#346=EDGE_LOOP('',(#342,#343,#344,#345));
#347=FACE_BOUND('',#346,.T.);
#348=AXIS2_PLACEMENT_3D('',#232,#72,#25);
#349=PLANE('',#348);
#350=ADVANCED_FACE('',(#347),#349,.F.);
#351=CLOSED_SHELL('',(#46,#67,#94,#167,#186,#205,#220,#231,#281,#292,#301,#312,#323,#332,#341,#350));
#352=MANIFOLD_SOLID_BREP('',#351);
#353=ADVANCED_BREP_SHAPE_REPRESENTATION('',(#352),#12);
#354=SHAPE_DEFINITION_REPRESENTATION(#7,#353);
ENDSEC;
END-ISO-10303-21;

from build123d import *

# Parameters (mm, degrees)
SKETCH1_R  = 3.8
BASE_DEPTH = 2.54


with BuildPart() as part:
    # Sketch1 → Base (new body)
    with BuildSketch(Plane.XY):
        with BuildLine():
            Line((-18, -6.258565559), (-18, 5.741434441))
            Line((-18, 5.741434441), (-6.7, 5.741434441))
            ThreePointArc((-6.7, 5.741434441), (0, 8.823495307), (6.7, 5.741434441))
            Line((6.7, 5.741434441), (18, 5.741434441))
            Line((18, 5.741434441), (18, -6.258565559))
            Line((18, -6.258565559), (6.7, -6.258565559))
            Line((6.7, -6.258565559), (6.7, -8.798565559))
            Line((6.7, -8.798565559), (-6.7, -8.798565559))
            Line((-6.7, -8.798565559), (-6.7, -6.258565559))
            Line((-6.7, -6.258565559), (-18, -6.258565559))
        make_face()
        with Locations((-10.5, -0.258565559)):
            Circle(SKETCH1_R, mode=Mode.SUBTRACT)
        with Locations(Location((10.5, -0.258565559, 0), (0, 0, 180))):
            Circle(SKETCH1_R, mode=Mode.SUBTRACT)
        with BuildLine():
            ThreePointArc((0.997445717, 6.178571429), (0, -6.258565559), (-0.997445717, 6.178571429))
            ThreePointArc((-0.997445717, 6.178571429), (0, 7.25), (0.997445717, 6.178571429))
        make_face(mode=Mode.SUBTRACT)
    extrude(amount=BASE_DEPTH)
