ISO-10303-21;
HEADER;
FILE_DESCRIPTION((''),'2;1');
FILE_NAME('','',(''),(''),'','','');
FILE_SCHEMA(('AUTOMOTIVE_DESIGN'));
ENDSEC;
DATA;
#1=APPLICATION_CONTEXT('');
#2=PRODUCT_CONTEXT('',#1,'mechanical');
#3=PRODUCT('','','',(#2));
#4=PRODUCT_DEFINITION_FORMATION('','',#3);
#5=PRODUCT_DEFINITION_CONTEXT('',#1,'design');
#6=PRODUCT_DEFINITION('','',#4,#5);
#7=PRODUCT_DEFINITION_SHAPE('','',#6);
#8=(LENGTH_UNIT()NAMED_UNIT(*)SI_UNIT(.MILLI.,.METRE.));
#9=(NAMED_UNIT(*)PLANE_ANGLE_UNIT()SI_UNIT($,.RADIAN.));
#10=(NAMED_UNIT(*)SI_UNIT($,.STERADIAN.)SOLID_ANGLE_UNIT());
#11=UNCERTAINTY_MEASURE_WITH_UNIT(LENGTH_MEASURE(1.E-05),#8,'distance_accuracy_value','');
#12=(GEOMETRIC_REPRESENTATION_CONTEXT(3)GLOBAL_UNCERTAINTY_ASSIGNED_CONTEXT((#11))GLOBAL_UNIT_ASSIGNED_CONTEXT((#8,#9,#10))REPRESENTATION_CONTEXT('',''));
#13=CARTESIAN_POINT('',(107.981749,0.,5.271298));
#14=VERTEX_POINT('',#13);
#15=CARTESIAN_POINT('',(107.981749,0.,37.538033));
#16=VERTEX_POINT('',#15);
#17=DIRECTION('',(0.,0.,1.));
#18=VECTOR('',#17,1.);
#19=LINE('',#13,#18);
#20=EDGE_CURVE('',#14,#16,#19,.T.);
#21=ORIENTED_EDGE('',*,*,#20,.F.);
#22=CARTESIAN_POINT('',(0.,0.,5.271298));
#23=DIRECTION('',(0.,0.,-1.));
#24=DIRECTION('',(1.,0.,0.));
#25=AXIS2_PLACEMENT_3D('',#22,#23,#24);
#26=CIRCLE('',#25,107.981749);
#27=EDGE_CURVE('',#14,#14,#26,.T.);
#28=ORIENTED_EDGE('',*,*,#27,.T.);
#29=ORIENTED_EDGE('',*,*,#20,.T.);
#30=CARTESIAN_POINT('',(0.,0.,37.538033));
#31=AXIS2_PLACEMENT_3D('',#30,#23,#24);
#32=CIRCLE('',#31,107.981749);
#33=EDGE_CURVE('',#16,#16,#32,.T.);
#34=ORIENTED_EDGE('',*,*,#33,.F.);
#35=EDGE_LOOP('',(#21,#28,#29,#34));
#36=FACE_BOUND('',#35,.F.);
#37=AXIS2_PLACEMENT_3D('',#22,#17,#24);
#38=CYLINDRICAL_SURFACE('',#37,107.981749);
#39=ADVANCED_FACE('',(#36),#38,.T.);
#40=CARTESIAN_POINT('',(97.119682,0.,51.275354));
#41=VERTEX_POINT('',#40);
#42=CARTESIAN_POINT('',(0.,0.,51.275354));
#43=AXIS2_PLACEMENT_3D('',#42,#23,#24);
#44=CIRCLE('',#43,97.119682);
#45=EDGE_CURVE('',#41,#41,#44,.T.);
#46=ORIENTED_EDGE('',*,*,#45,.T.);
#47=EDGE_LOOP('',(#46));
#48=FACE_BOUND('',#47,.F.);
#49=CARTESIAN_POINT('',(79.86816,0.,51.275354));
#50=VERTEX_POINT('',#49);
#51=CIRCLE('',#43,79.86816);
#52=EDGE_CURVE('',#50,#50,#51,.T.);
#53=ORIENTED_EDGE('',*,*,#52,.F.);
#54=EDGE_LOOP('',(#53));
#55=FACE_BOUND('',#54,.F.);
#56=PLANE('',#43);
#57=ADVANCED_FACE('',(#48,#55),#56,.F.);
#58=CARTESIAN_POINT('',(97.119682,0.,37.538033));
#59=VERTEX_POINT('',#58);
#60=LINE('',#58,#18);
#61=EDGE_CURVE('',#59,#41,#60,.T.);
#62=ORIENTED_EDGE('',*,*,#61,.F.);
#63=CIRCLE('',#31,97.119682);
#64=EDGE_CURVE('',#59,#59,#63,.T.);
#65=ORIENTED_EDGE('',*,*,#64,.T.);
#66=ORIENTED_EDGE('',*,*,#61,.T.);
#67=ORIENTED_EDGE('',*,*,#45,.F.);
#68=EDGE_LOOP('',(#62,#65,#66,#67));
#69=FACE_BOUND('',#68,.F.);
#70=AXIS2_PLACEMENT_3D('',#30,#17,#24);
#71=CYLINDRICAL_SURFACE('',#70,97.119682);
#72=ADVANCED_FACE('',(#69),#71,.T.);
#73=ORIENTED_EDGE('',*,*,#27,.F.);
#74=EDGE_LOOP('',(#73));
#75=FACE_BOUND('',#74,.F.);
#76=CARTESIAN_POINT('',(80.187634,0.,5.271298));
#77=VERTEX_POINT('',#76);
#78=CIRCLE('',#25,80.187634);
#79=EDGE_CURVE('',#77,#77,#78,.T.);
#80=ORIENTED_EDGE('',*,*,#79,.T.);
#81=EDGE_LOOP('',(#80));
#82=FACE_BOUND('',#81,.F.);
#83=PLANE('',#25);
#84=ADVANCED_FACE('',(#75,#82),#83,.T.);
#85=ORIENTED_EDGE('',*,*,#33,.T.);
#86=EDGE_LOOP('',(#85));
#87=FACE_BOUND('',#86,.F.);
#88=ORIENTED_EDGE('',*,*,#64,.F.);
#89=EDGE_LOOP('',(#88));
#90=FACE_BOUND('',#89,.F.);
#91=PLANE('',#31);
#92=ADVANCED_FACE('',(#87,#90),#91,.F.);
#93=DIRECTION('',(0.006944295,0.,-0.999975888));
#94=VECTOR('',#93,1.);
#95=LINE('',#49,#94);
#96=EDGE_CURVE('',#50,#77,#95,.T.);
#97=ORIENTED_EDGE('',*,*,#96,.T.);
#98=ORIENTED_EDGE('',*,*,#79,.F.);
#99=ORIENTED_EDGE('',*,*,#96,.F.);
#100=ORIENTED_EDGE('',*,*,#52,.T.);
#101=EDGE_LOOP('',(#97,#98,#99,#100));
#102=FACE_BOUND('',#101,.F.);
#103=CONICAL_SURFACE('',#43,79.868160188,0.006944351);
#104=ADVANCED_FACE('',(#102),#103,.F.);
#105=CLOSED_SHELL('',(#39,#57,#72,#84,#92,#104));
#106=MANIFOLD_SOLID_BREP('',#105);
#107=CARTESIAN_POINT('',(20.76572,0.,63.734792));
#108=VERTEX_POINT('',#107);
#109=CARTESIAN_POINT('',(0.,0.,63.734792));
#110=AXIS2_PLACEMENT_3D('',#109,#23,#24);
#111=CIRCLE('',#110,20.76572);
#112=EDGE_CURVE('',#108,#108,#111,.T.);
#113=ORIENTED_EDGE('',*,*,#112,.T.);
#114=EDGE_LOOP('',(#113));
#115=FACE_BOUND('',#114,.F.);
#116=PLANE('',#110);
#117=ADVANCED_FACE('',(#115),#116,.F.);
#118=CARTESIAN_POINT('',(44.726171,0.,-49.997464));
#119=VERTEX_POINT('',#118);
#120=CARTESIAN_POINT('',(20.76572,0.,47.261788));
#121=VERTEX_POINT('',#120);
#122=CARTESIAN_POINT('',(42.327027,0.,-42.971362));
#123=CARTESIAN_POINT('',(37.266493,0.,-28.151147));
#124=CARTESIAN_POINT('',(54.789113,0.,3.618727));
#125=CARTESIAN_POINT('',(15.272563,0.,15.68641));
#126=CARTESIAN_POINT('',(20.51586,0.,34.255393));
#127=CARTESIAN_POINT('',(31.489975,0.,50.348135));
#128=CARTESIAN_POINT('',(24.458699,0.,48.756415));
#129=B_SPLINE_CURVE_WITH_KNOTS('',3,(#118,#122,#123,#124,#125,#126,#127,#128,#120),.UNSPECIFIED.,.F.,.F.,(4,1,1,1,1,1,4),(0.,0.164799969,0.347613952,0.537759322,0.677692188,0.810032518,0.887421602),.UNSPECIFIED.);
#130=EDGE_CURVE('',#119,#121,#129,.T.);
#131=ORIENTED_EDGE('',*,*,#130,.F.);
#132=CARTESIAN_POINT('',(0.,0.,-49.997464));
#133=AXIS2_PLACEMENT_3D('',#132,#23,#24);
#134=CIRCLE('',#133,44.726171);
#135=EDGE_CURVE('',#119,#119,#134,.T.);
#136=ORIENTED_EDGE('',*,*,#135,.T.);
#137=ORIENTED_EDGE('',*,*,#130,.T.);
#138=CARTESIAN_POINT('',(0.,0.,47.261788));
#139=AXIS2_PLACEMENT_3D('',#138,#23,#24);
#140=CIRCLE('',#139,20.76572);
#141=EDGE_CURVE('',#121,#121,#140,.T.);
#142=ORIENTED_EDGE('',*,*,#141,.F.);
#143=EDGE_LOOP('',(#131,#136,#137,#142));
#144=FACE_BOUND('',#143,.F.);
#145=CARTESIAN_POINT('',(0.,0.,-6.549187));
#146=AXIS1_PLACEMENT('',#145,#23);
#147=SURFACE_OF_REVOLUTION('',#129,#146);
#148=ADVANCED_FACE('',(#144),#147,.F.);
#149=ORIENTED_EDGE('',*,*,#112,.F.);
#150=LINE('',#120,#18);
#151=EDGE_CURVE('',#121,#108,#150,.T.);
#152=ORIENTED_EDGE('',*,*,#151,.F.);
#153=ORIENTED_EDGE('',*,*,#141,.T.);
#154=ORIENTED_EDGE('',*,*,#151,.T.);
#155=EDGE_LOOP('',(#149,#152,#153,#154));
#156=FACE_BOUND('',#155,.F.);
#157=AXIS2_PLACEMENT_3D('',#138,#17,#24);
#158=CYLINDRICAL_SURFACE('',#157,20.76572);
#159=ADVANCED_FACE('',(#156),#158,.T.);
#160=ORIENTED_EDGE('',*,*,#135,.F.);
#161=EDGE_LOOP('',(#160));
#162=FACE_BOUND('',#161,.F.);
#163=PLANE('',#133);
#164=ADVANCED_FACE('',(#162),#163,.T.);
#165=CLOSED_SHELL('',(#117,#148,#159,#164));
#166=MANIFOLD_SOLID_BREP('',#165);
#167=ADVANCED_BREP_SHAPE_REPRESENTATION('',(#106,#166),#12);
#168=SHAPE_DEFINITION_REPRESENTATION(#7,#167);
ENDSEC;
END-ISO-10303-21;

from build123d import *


with BuildPart() as f1:
    # F0 (on Front) → F1 (revolve)
    with BuildSketch(Plane.XZ):
        with BuildLine():
            add(Edge.make_bspline(
                [(20.7657199354, 47.2617876213), (15.3935194079, 45.087543348), (7.696759704, 40.9933165806), (0, 36.8990898132)],
                knots=[0.8874216023, 0.8874216023, 0.8874216023, 0.8874216023, 1, 1, 1, 1], degree=3))
            Line((0, 36.8990898132), (0, -49.9974638224))
            Line((0, -49.9974638224), (44.7261705995, -49.9974638224))
            add(Edge.make_bspline(
                [(44.7261705995, -49.9974638224), (42.3270269882, -42.9713622345), (37.2664933268, -28.1511474596), (54.7891132901, 3.6187265343), (15.2725633245, 15.6864097768), (20.5158598704, 34.2553930575), (31.489974877, 50.3481353467), (24.4586991051, 48.7564151524), (20.7657199354, 47.2617876213)],
                knots=[0, 0, 0, 0, 0.1647999694, 0.3476139521, 0.5377593223, 0.6776921881, 0.8100325184, 0.8874216023, 0.8874216023, 0.8874216023, 0.8874216023], degree=3))
        make_face()
        with BuildLine():
            Line((0, 63.7347921729), (0, 36.8990898132))
            add(Edge.make_bspline(
                [(20.7657199354, 47.2617876213), (15.3935194079, 45.087543348), (7.696759704, 40.9933165806), (0, 36.8990898132)],
                knots=[0.8874216023, 0.8874216023, 0.8874216023, 0.8874216023, 1, 1, 1, 1], degree=3))
            Line((20.7657199354, 47.2617876213), (20.7657199354, 63.7347921729))
            Line((20.7657199354, 63.7347921729), (0, 63.7347921729))
        make_face()
    revolve(axis=Axis((0, 0, -6.5491870046), (0, 0, -1)))


with BuildPart() as f1b:
    # F0 (on Front) → F1, piece 2 (revolve)
    with BuildSketch(Plane.XZ):
        Polygon((97.1196815372, 51.2753538787), (79.8681601882, 51.2753538787), (80.1876336336, 5.2712983452), (107.981748879, 5.2712983452), (107.981748879, 37.5380329788), (97.1196815372, 37.5380329788), align=None)
    revolve(axis=Axis((0, 0, -6.5491870046), (0, 0, -1)))


solid = Compound([f1.part, f1b.part])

**What you will do:** Set down only the lines above that fall between the line holding "#352=MANIFOLD_SOLID_BREP('',#351);" and the line holding "Line((-18, 5.741434441), (-6.7, 5.741434441))", inclusive, keeping each exact.

**Answer:**
#352=MANIFOLD_SOLID_BREP('',#351);
#353=ADVANCED_BREP_SHAPE_REPRESENTATION('',(#352),#12);
#354=SHAPE_DEFINITION_REPRESENTATION(#7,#353);
ENDSEC;
END-ISO-10303-21;

from build123d import *

# Parameters (mm, degrees)
SKETCH1_R  = 3.8
BASE_DEPTH = 2.54


with BuildPart() as part:
    # Sketch1 → Base (new body)
    with BuildSketch(Plane.XY):
        with BuildLine():
            Line((-18, -6.258565559), (-18, 5.741434441))
            Line((-18, 5.741434441), (-6.7, 5.741434441))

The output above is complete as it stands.